The Bite of Oregon– why did I bother?

Yeah, I went to the Bite on Saturday.

I *wanted* to go to the Bite. I was looking forward to the Bite. I was excited! I was trying to get other people to go with me!

No one wanted to! I should have read that as the oracular sign that it was!

Saturday afternoon, I hopped on the MAX. I was excited! I was ready! I was thrilled!

I was so disappointed!

The food was okay, the wine was mediocre, and the people were horrifying.

Really, the only bright spot was h50’s nitro whipped sorbet. I need to get over there for happy hour here quickish.

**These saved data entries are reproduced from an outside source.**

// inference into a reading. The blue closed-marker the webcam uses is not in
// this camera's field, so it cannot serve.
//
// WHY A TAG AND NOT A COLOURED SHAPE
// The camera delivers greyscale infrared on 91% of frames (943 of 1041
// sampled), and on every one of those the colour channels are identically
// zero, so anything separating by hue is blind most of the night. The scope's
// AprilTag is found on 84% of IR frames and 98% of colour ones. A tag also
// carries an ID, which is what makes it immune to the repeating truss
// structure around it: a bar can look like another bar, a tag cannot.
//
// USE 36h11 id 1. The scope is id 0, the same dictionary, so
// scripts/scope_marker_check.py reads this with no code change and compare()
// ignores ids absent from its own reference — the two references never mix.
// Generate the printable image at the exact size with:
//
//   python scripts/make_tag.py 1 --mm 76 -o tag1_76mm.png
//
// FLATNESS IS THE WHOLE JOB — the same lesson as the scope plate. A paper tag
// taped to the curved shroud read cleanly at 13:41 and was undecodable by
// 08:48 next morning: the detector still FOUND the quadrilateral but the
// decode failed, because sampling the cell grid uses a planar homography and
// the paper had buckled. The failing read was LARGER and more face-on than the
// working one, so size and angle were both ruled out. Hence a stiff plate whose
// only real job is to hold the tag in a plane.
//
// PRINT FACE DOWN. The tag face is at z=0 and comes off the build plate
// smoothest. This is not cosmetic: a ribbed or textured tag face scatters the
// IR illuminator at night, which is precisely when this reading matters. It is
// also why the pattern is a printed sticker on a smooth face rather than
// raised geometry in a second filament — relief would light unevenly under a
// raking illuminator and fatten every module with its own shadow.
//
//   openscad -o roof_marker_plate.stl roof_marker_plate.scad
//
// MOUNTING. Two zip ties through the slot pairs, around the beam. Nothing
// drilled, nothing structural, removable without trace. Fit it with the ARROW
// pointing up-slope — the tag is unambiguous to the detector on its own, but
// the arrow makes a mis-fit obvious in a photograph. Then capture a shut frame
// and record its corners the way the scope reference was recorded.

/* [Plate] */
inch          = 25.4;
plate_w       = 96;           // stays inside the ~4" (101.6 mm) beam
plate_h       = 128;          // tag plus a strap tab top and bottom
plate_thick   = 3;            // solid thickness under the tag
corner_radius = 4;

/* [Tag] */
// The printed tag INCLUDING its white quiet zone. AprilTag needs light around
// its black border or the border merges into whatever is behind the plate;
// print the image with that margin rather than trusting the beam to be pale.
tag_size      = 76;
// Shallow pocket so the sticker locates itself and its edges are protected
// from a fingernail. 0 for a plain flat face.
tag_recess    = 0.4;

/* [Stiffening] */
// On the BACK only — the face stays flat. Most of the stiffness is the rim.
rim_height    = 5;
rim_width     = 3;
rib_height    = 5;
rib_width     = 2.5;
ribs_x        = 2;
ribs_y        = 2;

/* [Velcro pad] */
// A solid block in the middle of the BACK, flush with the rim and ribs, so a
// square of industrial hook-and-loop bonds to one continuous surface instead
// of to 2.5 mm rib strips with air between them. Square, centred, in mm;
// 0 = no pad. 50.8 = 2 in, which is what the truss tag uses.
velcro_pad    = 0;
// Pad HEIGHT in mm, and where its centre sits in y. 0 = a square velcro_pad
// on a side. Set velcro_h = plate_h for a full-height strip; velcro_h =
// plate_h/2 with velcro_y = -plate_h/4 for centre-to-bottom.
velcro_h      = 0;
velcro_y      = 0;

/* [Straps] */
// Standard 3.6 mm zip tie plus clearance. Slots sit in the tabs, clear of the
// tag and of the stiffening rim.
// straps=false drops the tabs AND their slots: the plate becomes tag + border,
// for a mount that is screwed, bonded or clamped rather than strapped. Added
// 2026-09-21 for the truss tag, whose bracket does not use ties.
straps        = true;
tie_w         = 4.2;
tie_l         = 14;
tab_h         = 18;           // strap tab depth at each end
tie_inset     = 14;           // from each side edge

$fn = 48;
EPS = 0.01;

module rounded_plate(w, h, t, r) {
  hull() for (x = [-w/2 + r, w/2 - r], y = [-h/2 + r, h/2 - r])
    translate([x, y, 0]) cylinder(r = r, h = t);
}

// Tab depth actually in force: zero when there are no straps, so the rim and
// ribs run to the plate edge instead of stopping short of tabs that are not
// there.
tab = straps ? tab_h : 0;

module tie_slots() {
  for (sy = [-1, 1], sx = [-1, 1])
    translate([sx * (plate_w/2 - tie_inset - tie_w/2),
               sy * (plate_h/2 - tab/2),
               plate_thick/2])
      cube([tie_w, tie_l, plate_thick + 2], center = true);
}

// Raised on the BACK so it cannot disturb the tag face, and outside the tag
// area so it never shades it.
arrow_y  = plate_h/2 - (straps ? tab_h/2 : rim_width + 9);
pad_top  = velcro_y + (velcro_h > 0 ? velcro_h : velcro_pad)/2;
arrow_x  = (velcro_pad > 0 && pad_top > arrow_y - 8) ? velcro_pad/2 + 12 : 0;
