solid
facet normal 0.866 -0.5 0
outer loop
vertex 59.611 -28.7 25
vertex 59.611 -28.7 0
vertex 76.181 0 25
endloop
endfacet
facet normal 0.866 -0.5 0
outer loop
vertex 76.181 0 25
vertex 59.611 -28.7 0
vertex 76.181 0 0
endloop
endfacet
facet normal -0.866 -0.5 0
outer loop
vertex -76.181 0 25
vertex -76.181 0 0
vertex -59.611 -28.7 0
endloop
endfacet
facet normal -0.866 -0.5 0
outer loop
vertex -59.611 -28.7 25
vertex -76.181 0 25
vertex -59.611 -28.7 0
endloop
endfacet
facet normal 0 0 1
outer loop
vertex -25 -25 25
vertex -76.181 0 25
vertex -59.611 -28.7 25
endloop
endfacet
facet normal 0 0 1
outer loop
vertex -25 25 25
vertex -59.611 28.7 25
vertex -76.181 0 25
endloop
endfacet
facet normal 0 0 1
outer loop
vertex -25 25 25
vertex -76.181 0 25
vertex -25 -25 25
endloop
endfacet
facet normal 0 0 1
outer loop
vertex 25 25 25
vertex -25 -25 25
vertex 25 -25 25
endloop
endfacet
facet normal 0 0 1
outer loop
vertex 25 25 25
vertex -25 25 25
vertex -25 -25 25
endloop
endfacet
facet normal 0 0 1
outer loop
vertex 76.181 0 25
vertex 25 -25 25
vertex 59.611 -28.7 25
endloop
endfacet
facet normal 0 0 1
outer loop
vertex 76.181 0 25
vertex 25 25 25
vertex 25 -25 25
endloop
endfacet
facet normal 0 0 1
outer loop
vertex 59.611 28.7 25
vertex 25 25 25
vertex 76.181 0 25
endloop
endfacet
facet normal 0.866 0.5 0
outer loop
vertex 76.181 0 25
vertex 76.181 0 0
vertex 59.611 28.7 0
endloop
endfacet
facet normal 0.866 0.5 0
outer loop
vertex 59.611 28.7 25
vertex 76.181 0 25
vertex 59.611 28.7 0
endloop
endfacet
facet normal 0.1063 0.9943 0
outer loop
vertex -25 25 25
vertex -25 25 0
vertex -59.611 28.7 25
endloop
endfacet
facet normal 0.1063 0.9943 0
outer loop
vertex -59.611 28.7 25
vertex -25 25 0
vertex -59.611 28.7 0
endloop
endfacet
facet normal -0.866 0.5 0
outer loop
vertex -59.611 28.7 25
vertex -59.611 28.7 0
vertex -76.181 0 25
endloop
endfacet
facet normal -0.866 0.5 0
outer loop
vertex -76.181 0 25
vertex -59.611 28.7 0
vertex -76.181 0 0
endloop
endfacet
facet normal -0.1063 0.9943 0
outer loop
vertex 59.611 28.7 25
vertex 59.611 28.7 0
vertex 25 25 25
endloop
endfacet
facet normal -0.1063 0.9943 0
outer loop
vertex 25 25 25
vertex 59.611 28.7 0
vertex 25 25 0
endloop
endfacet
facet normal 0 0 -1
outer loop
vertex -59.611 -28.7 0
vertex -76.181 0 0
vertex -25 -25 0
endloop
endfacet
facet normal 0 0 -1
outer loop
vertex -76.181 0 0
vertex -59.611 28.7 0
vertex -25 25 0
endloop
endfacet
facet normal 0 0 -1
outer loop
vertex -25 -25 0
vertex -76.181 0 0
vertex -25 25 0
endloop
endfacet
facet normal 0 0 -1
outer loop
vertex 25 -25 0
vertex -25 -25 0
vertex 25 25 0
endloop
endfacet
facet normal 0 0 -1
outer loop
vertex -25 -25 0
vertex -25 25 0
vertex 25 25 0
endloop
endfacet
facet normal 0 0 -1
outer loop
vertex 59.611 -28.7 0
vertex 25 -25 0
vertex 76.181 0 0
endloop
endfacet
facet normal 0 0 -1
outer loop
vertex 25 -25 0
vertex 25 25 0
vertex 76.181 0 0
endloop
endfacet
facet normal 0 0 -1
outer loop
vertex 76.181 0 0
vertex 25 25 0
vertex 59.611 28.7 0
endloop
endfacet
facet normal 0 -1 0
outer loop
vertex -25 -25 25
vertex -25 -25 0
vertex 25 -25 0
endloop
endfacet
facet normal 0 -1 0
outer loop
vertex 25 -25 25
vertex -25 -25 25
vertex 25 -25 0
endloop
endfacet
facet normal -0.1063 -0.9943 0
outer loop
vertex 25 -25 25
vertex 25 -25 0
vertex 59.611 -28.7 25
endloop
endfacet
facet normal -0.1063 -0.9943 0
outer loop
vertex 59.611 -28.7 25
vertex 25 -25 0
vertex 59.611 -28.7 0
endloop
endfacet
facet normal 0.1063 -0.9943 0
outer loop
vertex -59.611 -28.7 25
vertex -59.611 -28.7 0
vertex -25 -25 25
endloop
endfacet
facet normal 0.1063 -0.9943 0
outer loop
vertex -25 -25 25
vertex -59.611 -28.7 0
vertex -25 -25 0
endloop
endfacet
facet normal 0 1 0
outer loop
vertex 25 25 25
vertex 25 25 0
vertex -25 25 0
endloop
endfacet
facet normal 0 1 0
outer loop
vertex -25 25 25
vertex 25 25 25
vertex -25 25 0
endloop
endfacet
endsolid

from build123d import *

# Parameters (mm, degrees)
F1_DEPTH = 25


with BuildPart() as f1:
    # F0 (on Top) → F1 (new body)
    with BuildSketch(Plane.XY):
        Polygon((-59.6113632321, -28.6996493522), (-25, -25), (-25, 25), (-59.6113632321, 28.6996493522), (-76.1811135112, 0), align=None)
        Polygon((-9.9021123947, 0), (-24.3358691244, -25), (24.3358691244, -25), (9.9021123947, 0), (24.3358691244, 25), (-24.3358691244, 25), align=None)
        Polygon((-25, 25), (-25, -25), (-24.3358691244, -25), (-9.9021123947, 0), (-24.3358691244, 25), align=None)
        Polygon((9.9021123947, 0), (24.3358691244, -25), (25, -25), (25, 25), (24.3358691244, 25), align=None)
        Polygon((25, 25), (25, -25), (59.6113632321, -28.6996493522), (76.1811135112, 0), (59.6113632321, 28.6996493522), align=None)
    extrude(amount=F1_DEPTH)


solid = f1.part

My two goals were to taste a bunch of wine, and watch the Iron Chef Oregon finals. I tasted about twelve different wines, and none of them stood out. Contrast to the wine tasting trip I took to Hood River, where I tasted twelve wines and bought bottles of four of them. The most interesting thing was a pomegranate saketini, and I got elbowed out of the way as I was trying to pay by some sandal-wearing, small skirted drunken wench who WANTED A TASTING FLIGHT NOW. She spilled half my one-ounce taster.

That wasn’t my worst encounter with humanity at the Bite, though. That was reserved for the Iron Chef Oregon finals. I’m not talking about the boring commentary, I’m not talking about the ennui and lack of knowledge of the ‘celebrity judges’… I’m talking about the drunken ex-partner of one of the contestants who was sitting two rows in front of me. Said ex-partner spent the forty minutes I was willing to put up with the behavior screaming imprecations at the stage, telling the story of what a jackass the contestant is… We were 100 feet from the damn stage. The contestant couldn’t hear any of it.

I could. I didn’t care. And finally, I had enough and left. I was there for two and a half hours, and I would have had better food, better wine, and a better time if I’d stayed home and watched FLN shows.

Hopefully I’ll remember this next year.